**WHAT IS EXPECTED**
Print out the records below with nothing altered.

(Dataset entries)
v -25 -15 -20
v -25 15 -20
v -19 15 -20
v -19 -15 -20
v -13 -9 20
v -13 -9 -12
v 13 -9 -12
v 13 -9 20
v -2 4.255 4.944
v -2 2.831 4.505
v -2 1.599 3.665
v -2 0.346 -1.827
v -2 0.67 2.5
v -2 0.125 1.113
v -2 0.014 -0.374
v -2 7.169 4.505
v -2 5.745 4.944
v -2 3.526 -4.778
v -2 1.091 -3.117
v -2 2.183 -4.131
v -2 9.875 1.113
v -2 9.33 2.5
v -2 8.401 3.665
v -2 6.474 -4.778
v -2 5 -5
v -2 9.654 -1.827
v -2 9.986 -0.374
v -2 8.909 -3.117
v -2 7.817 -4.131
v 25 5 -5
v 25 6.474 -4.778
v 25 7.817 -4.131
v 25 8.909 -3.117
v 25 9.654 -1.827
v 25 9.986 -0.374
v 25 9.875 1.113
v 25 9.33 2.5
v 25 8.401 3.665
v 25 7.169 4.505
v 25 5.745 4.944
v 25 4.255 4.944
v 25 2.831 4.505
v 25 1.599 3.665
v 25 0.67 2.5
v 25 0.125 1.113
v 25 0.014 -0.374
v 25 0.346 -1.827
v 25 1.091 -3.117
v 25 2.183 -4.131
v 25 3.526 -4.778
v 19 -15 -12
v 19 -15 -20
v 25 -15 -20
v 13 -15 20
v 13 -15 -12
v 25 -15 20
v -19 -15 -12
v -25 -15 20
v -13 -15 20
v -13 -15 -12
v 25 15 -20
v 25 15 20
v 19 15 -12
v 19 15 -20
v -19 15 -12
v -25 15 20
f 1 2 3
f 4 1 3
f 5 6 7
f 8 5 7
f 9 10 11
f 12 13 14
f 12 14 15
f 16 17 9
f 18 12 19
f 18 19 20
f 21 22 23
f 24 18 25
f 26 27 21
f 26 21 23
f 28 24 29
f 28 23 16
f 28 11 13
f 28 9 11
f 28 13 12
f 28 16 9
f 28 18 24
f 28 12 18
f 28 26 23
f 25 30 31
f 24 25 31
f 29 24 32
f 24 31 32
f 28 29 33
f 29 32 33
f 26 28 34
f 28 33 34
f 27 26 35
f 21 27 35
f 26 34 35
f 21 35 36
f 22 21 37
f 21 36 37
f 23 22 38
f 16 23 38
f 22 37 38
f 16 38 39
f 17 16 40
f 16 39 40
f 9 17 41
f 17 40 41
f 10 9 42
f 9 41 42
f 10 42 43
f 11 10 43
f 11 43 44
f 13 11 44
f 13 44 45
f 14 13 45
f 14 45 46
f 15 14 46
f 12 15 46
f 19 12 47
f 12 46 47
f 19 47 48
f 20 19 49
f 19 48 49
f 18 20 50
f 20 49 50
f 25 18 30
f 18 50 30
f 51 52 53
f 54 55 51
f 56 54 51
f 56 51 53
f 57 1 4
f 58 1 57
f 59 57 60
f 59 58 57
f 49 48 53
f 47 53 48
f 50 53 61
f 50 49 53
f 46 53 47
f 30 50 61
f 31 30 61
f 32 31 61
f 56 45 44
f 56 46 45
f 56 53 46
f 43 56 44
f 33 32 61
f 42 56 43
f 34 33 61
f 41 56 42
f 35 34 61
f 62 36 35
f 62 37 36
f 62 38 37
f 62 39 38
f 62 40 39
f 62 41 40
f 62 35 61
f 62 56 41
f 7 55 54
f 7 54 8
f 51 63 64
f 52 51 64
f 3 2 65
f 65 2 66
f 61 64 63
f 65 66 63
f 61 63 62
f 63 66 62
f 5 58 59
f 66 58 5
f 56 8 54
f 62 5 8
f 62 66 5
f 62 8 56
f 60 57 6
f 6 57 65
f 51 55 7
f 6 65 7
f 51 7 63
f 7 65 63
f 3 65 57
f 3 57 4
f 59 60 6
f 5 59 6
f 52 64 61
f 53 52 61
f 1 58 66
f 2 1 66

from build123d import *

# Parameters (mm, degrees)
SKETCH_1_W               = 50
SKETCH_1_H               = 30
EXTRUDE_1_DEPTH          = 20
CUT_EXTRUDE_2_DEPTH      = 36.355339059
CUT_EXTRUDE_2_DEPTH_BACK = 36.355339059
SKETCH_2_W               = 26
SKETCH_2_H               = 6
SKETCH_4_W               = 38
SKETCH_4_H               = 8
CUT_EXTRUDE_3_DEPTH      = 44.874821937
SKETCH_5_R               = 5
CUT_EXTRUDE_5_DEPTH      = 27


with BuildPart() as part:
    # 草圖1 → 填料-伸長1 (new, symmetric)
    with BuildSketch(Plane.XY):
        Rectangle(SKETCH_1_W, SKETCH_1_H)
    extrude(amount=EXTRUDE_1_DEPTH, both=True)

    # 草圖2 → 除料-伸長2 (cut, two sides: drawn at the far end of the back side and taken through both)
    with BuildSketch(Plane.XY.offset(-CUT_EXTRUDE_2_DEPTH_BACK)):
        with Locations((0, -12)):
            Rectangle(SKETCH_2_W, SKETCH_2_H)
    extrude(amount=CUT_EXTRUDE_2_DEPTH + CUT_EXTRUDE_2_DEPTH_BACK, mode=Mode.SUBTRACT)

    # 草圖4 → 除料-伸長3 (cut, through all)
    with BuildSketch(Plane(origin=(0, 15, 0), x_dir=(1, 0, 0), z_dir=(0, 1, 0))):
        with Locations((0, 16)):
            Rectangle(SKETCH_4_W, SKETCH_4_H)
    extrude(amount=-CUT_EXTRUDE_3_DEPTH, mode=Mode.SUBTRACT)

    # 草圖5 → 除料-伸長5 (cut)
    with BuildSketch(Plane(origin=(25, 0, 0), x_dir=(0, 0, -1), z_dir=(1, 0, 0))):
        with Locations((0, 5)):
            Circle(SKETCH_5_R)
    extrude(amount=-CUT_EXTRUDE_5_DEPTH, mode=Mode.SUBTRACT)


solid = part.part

**WRITTEN RESPONSE**
v -25 -15 -20
v -25 15 -20
v -19 15 -20
v -19 -15 -20
v -13 -9 20
v -13 -9 -12
v 13 -9 -12
v 13 -9 20
v -2 4.255 4.944
v -2 2.831 4.505
v -2 1.599 3.665
v -2 0.346 -1.827
v -2 0.67 2.5
v -2 0.125 1.113
v -2 0.014 -0.374
v -2 7.169 4.505
v -2 5.745 4.944
v -2 3.526 -4.778
v -2 1.091 -3.117
v -2 2.183 -4.131
v -2 9.875 1.113
v -2 9.33 2.5
v -2 8.401 3.665
v -2 6.474 -4.778
v -2 5 -5
v -2 9.654 -1.827
v -2 9.986 -0.374
v -2 8.909 -3.117
v -2 7.817 -4.131
v 25 5 -5
v 25 6.474 -4.778
v 25 7.817 -4.131
v 25 8.909 -3.117
v 25 9.654 -1.827
v 25 9.986 -0.374
v 25 9.875 1.113
v 25 9.33 2.5
v 25 8.401 3.665
v 25 7.169 4.505
v 25 5.745 4.944
v 25 4.255 4.944
v 25 2.831 4.505
v 25 1.599 3.665
v 25 0.67 2.5
v 25 0.125 1.113
v 25 0.014 -0.374
v 25 0.346 -1.827
v 25 1.091 -3.117
v 25 2.183 -4.131
v 25 3.526 -4.778
v 19 -15 -12
v 19 -15 -20
v 25 -15 -20
v 13 -15 20
v 13 -15 -12
v 25 -15 20
v -19 -15 -12
v -25 -15 20
v -13 -15 20
v -13 -15 -12
v 25 15 -20
v 25 15 20
v 19 15 -12
v 19 15 -20
v -19 15 -12
v -25 15 20
f 1 2 3
f 4 1 3
f 5 6 7
f 8 5 7
f 9 10 11
f 12 13 14
f 12 14 15
f 16 17 9
f 18 12 19
f 18 19 20
f 21 22 23
f 24 18 25
f 26 27 21
f 26 21 23
f 28 24 29
f 28 23 16
f 28 11 13
f 28 9 11
f 28 13 12
f 28 16 9
f 28 18 24
f 28 12 18
f 28 26 23
f 25 30 31
f 24 25 31
f 29 24 32
f 24 31 32
f 28 29 33
f 29 32 33
f 26 28 34
f 28 33 34
f 27 26 35
f 21 27 35
f 26 34 35
f 21 35 36
f 22 21 37
f 21 36 37
f 23 22 38
f 16 23 38
f 22 37 38
f 16 38 39
f 17 16 40
f 16 39 40
f 9 17 41
f 17 40 41
f 10 9 42
f 9 41 42
f 10 42 43
f 11 10 43
f 11 43 44
f 13 11 44
f 13 44 45
f 14 13 45
f 14 45 46
f 15 14 46
f 12 15 46
f 19 12 47
f 12 46 47
f 19 47 48
f 20 19 49
f 19 48 49
f 18 20 50
f 20 49 50
f 25 18 30
f 18 50 30
f 51 52 53
f 54 55 51
f 56 54 51
f 56 51 53
f 57 1 4
f 58 1 57
f 59 57 60
f 59 58 57
f 49 48 53
f 47 53 48
f 50 53 61
f 50 49 53
f 46 53 47
f 30 50 61
f 31 30 61
f 32 31 61
f 56 45 44
f 56 46 45
f 56 53 46
f 43 56 44
f 33 32 61
f 42 56 43
f 34 33 61
f 41 56 42
f 35 34 61
f 62 36 35
f 62 37 36
f 62 38 37
f 62 39 38
f 62 40 39
f 62 41 40
f 62 35 61
f 62 56 41
f 7 55 54
f 7 54 8
f 51 63 64
f 52 51 64
f 3 2 65
f 65 2 66
f 61 64 63
f 65 66 63
f 61 63 62
f 63 66 62
f 5 58 59
f 66 58 5
f 56 8 54
f 62 5 8
f 62 66 5
f 62 8 56
f 60 57 6
f 6 57 65
f 51 55 7
f 6 65 7
f 51 7 63
f 7 65 63
f 3 65 57
f 3 57 4
f 59 60 6
f 5 59 6
f 52 64 61
f 53 52 61
f 1 58 66
f 2 1 66

from build123d import *

# Parameters (mm, degrees)
SKETCH_1_W               = 50
SKETCH_1_H               = 30
EXTRUDE_1_DEPTH          = 20
CUT_EXTRUDE_2_DEPTH      = 36.355339059
CUT_EXTRUDE_2_DEPTH_BACK = 36.355339059
SKETCH_2_W               = 26
SKETCH_2_H               = 6
SKETCH_4_W               = 38
SKETCH_4_H               = 8
CUT_EXTRUDE_3_DEPTH      = 44.874821937
SKETCH_5_R               = 5
CUT_EXTRUDE_5_DEPTH      = 27


with BuildPart() as part:
    # 草圖1 → 填料-伸長1 (new, symmetric)
    with BuildSketch(Plane.XY):
        Rectangle(SKETCH_1_W, SKETCH_1_H)
    extrude(amount=EXTRUDE_1_DEPTH, both=True)

    # 草圖2 → 除料-伸長2 (cut, two sides: drawn at the far end of the back side and taken through both)
    with BuildSketch(Plane.XY.offset(-CUT_EXTRUDE_2_DEPTH_BACK)):
        with Locations((0, -12)):
            Rectangle(SKETCH_2_W, SKETCH_2_H)
    extrude(amount=CUT_EXTRUDE_2_DEPTH + CUT_EXTRUDE_2_DEPTH_BACK, mode=Mode.SUBTRACT)

    # 草圖4 → 除料-伸長3 (cut, through all)
    with BuildSketch(Plane(origin=(0, 15, 0), x_dir=(1, 0, 0), z_dir=(0, 1, 0))):
        with Locations((0, 16)):
            Rectangle(SKETCH_4_W, SKETCH_4_H)
    extrude(amount=-CUT_EXTRUDE_3_DEPTH, mode=Mode.SUBTRACT)

    # 草圖5 → 除料-伸長5 (cut)
    with BuildSketch(Plane(origin=(25, 0, 0), x_dir=(0, 0, -1), z_dir=(1, 0, 0))):
        with Locations((0, 5)):
            Circle(SKETCH_5_R)
    extrude(amount=-CUT_EXTRUDE_5_DEPTH, mode=Mode.SUBTRACT)


solid = part.part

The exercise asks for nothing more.